Les cabinets de conseil RH appelés à la rescousse

Le comportement des moins de 30 ans envers l’entreprise, la hiérarchie ou les règles de vie interpelle DRH et managers. Au point de les pousser à solliciter les cabinets de conseil. « Nous sommes interrogés toutes les semaines pour organiser des séminaires de sensibilisation destinés aux managers », indique Annick Cohen-Haegel, consultante à la Cegos. Idem chez Adeios Consulting. « La demande vient aussi bien des services que de l’industrie. J’ai été appelé par l’usine PSA de Valenciennes lorsque l’absentéisme des jeunes opérateurs a fortement augmenté », indique Jean-Claude Ancelet, directeur d’Adeios Consulting.

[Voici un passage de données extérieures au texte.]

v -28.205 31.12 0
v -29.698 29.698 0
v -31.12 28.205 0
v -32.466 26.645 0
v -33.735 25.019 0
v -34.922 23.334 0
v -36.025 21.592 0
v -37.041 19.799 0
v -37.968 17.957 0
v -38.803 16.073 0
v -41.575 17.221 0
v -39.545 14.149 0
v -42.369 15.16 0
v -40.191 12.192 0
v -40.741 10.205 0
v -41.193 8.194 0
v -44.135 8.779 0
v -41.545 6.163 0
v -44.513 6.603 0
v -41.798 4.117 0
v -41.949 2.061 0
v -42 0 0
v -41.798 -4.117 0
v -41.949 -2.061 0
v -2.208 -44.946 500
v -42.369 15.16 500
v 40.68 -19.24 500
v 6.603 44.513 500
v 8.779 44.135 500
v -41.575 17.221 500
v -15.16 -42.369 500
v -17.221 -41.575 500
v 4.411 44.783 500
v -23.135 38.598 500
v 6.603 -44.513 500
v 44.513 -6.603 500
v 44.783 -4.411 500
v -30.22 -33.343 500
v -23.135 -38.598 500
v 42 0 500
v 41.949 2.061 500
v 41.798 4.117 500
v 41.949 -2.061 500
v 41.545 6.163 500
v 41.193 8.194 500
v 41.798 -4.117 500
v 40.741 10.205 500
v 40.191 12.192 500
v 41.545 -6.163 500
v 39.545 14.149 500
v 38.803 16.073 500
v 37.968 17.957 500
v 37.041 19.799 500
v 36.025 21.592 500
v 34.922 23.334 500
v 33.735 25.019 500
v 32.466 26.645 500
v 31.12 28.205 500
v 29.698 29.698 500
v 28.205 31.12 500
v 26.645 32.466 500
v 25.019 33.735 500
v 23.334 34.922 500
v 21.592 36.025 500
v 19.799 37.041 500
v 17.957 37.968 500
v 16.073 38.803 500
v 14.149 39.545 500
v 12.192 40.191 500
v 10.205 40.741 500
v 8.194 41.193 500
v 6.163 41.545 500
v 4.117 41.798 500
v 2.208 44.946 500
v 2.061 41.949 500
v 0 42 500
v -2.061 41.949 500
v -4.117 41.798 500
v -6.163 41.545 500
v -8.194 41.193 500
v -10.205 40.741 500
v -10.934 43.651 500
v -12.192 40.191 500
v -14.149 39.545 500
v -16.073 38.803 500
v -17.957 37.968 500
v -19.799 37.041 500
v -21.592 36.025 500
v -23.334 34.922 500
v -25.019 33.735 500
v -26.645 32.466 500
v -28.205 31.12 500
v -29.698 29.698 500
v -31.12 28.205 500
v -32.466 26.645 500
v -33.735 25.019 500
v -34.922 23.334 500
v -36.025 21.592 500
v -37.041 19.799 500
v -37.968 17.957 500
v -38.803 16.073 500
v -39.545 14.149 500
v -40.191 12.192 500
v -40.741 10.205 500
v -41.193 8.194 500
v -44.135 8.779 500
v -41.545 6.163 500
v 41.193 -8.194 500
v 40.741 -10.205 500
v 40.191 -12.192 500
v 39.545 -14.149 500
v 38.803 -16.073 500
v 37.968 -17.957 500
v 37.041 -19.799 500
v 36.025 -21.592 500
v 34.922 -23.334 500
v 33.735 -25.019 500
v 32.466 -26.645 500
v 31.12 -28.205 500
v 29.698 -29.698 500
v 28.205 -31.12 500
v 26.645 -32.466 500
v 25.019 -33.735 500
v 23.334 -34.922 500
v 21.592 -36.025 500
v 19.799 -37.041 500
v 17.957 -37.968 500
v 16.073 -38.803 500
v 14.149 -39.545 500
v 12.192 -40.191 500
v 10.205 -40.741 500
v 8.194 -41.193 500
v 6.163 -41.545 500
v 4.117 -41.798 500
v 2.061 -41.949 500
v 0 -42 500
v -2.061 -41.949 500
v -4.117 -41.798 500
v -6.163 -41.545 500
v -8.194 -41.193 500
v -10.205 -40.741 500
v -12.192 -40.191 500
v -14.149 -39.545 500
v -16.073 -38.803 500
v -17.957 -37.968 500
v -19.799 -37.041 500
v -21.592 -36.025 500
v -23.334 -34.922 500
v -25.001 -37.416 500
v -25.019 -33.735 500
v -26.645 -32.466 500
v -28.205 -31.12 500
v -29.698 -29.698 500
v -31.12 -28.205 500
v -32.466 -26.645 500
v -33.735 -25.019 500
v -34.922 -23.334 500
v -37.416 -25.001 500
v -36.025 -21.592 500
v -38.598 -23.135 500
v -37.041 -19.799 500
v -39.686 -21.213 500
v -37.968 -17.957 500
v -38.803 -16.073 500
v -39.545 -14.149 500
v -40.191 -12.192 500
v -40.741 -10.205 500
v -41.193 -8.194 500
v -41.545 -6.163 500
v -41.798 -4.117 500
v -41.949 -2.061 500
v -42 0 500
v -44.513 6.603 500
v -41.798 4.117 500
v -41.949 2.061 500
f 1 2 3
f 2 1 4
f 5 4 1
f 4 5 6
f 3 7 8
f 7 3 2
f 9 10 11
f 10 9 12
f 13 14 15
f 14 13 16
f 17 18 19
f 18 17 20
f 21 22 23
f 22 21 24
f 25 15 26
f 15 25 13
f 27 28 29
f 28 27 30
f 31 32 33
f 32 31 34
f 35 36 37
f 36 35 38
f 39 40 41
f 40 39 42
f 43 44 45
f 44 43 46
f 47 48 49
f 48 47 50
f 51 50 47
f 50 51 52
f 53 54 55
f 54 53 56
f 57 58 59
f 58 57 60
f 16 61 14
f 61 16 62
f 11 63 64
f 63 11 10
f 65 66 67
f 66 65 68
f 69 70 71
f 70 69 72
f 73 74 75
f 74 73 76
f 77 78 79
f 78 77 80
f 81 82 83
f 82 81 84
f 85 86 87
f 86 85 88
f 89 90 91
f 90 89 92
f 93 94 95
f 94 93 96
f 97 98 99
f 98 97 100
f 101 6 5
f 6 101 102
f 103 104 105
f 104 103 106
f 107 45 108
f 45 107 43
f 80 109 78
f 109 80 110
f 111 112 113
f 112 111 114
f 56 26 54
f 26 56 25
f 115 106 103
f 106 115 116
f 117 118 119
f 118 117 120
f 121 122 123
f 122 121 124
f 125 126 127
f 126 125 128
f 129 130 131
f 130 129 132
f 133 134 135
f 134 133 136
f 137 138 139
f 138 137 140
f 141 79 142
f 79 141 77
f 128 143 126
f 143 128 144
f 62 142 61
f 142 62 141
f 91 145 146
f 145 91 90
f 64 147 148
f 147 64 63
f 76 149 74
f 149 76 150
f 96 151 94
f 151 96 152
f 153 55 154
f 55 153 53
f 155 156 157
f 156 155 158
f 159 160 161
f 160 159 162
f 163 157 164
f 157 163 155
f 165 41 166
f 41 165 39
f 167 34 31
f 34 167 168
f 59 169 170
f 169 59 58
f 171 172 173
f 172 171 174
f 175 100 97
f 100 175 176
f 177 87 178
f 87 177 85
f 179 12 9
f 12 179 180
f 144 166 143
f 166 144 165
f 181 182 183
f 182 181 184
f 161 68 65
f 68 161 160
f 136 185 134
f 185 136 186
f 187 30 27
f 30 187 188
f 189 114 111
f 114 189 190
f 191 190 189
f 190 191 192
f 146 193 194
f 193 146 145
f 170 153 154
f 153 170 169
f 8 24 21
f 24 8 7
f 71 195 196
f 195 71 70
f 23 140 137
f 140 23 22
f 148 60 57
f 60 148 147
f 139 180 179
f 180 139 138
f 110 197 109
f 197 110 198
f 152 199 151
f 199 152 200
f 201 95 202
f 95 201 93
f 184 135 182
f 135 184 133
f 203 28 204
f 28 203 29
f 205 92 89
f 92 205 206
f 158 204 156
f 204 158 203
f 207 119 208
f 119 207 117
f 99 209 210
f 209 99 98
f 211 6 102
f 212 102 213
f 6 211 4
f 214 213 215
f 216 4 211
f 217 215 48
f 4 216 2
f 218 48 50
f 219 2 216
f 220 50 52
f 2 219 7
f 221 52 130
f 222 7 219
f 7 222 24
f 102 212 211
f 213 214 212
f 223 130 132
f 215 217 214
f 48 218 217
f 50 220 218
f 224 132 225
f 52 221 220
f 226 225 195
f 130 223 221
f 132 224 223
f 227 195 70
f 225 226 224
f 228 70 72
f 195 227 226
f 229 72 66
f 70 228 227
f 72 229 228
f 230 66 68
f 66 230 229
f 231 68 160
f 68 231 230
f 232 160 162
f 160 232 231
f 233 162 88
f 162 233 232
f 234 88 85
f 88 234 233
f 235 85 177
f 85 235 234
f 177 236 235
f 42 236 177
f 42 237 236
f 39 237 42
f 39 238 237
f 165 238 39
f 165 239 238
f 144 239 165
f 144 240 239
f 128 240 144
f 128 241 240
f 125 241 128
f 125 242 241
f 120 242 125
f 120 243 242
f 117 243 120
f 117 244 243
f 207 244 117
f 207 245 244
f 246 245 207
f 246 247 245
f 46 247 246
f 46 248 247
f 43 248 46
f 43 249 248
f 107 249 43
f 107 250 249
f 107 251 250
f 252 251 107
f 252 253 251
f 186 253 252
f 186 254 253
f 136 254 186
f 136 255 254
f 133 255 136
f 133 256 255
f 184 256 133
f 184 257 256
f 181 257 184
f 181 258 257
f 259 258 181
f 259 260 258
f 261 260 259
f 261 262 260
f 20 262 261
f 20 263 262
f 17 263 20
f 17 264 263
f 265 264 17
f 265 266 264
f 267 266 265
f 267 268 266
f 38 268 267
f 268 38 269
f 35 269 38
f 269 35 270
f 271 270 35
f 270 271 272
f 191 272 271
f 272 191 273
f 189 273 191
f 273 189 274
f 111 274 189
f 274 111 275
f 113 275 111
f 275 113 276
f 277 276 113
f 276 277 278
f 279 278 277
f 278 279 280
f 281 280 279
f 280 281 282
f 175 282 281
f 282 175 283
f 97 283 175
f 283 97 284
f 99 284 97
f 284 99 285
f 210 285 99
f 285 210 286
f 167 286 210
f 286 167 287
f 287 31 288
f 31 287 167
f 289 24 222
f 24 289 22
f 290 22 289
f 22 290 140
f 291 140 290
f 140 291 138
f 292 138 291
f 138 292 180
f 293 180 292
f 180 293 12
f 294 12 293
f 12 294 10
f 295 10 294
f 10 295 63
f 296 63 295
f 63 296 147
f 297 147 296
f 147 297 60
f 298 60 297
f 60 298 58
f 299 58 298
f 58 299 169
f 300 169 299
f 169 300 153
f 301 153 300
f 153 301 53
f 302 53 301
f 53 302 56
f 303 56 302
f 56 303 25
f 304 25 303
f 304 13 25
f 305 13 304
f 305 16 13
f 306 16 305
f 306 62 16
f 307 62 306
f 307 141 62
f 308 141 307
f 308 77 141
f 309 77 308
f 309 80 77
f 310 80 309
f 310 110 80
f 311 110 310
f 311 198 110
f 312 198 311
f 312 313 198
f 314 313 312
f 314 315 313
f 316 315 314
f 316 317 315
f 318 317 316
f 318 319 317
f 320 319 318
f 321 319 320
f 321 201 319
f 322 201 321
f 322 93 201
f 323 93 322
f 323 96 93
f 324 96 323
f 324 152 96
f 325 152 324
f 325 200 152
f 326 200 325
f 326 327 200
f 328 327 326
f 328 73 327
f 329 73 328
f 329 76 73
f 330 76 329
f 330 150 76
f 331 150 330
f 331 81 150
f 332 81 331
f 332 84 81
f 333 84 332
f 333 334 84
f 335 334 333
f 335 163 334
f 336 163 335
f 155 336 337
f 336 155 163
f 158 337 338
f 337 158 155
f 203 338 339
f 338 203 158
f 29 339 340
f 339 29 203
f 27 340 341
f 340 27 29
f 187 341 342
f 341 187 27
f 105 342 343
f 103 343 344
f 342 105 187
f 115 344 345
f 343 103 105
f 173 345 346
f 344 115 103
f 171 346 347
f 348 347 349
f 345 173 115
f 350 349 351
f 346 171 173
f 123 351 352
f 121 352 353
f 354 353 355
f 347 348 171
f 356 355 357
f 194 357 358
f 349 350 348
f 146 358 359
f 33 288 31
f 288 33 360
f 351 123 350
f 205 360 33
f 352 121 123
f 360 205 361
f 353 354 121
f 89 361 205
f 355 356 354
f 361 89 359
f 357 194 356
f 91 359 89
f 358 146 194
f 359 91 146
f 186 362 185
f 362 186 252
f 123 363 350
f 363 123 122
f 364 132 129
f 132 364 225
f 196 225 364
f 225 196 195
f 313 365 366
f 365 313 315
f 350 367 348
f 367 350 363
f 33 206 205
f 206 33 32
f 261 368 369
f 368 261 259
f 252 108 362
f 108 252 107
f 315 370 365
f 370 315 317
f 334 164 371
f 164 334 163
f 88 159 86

Des comportements à modifier

Séminaire classique avec exposé et PowerPoint ou sensibilisation plus ludique avec jeux de rôle, quel que soit l’outil pédagogique, le but des consultants est toujours le même : faire comprendre que les jeunes ont des valeurs différentes de celles de leurs aînés. Annick Cohen-Haegel s’appuie sur la dernière enquête de la Cegos consacrée à la génération Y pour inciter les managers à modifier leur comportement. « À leur arrivée en entreprise, les anciens ne se posaient pas de questions et intégraient rapidement les règles de fonctionnement. Ils doivent comprendre que les jeunes ne reconnaissent plus l’autorité automatiquement. Ils ont besoin d’un contact individuel avec leur manager. Et d’un feed-back permanent. »

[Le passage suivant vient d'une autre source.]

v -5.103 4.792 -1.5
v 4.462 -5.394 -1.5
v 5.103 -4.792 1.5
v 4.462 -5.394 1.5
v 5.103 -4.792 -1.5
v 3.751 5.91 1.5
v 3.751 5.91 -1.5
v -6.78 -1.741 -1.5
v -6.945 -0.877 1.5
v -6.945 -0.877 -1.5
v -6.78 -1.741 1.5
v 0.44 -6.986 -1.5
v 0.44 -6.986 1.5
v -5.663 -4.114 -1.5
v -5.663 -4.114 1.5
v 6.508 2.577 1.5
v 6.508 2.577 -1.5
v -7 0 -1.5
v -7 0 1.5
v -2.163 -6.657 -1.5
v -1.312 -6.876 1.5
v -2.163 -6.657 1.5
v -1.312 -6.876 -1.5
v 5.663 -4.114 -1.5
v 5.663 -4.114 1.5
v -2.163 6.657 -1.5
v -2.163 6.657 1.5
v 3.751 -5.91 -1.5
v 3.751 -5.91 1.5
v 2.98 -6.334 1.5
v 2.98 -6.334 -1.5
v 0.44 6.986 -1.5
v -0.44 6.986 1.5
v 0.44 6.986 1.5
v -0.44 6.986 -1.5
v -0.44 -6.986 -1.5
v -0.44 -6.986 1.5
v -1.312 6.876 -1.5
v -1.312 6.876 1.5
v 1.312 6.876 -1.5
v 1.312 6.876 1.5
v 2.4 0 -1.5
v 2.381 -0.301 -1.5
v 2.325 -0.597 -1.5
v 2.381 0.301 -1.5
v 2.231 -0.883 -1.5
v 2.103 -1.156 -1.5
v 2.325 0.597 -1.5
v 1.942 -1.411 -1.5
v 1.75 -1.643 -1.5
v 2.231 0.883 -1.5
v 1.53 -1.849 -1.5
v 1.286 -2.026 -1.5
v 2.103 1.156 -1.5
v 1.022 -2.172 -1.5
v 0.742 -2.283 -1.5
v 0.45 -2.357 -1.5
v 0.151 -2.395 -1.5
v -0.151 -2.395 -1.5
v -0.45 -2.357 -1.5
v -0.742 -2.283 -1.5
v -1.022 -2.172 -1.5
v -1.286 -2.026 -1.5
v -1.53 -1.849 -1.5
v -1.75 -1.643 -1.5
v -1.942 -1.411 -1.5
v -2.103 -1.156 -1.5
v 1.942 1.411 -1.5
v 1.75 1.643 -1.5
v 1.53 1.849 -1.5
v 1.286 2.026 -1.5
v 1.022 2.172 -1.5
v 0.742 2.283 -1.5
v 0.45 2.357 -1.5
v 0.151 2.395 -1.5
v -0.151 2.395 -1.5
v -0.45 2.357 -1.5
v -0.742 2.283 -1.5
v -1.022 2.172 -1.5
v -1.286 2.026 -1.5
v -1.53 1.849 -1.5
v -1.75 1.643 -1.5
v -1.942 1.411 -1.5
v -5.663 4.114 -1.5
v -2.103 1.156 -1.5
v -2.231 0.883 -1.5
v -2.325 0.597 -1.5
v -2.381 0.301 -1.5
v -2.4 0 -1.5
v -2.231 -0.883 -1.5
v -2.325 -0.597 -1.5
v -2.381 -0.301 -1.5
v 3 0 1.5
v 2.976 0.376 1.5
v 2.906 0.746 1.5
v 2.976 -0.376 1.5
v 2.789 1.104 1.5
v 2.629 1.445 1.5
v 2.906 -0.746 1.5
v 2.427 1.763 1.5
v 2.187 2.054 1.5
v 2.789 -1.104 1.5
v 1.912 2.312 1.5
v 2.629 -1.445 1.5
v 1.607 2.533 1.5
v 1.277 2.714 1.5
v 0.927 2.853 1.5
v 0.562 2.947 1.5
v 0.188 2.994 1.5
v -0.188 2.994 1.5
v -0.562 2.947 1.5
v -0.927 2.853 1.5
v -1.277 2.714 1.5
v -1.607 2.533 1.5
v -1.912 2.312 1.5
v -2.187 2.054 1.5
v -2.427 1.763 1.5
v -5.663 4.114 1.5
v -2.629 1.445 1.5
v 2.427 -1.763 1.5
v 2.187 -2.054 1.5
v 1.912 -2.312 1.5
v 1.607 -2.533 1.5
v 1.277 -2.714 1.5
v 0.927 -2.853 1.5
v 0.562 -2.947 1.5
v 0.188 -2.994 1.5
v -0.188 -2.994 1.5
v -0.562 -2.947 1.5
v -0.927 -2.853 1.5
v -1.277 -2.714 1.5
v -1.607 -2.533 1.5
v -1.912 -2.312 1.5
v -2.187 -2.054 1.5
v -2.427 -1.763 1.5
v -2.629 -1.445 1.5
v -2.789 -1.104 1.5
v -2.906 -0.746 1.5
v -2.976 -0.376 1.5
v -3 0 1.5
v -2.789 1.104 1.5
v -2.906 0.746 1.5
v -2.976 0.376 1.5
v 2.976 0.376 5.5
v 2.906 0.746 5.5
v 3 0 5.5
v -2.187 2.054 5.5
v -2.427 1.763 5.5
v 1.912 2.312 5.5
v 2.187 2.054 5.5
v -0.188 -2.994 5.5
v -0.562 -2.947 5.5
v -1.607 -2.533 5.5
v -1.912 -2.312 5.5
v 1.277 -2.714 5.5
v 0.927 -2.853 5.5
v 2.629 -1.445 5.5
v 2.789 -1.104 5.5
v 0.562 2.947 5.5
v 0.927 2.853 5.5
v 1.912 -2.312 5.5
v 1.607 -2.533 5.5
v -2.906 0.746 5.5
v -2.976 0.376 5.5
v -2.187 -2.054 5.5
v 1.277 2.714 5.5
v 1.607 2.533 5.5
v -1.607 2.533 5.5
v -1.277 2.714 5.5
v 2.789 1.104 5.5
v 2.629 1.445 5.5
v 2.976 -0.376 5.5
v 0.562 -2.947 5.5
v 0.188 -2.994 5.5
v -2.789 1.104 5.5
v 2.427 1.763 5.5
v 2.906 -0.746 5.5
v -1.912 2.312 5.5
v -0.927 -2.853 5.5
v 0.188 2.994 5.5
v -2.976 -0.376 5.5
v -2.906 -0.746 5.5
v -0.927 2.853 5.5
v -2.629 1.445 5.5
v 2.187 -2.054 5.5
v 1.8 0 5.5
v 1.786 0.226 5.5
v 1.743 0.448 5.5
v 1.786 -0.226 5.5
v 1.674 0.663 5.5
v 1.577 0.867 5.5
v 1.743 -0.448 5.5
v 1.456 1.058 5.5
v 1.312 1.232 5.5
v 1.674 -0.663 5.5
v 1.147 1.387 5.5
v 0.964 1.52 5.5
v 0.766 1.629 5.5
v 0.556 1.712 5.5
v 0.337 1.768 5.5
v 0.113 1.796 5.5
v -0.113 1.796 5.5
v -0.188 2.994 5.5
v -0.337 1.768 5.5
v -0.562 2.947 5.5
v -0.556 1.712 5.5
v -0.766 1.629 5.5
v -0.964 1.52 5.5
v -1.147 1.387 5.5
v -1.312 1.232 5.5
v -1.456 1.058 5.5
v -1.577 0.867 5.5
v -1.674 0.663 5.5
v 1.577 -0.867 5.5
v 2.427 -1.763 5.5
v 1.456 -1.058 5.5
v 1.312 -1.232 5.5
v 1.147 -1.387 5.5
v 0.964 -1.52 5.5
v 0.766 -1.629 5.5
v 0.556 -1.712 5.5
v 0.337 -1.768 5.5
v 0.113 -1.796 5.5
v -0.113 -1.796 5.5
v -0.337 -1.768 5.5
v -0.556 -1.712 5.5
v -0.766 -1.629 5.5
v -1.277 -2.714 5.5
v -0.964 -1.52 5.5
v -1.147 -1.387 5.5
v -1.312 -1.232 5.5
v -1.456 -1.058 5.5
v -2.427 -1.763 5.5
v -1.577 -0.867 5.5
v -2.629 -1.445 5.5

Le management doit aussi s’interroger. « On me dit qu’ils ne respectent pas les règles, ajoute la consultante. Soit, mais le manager a-t-il pris le temps de les expliquer en intégrant la jeune recrue ? » Dans ses séminaires, Jean-Claude Ancelet insiste aussi sur la nécessaire « humilité » à cultiver. « Le manager ne peut se contenter de commander. Il doit s’impliquer personnellement et respecter les règles. Être un accompagnateur plutôt qu’un chef qui fixe les objectifs. » L’ambiance dans le service est également importante, surtout que les moins de 30 ans ne sont plus aussi attachés à l’entreprise que leurs aînés.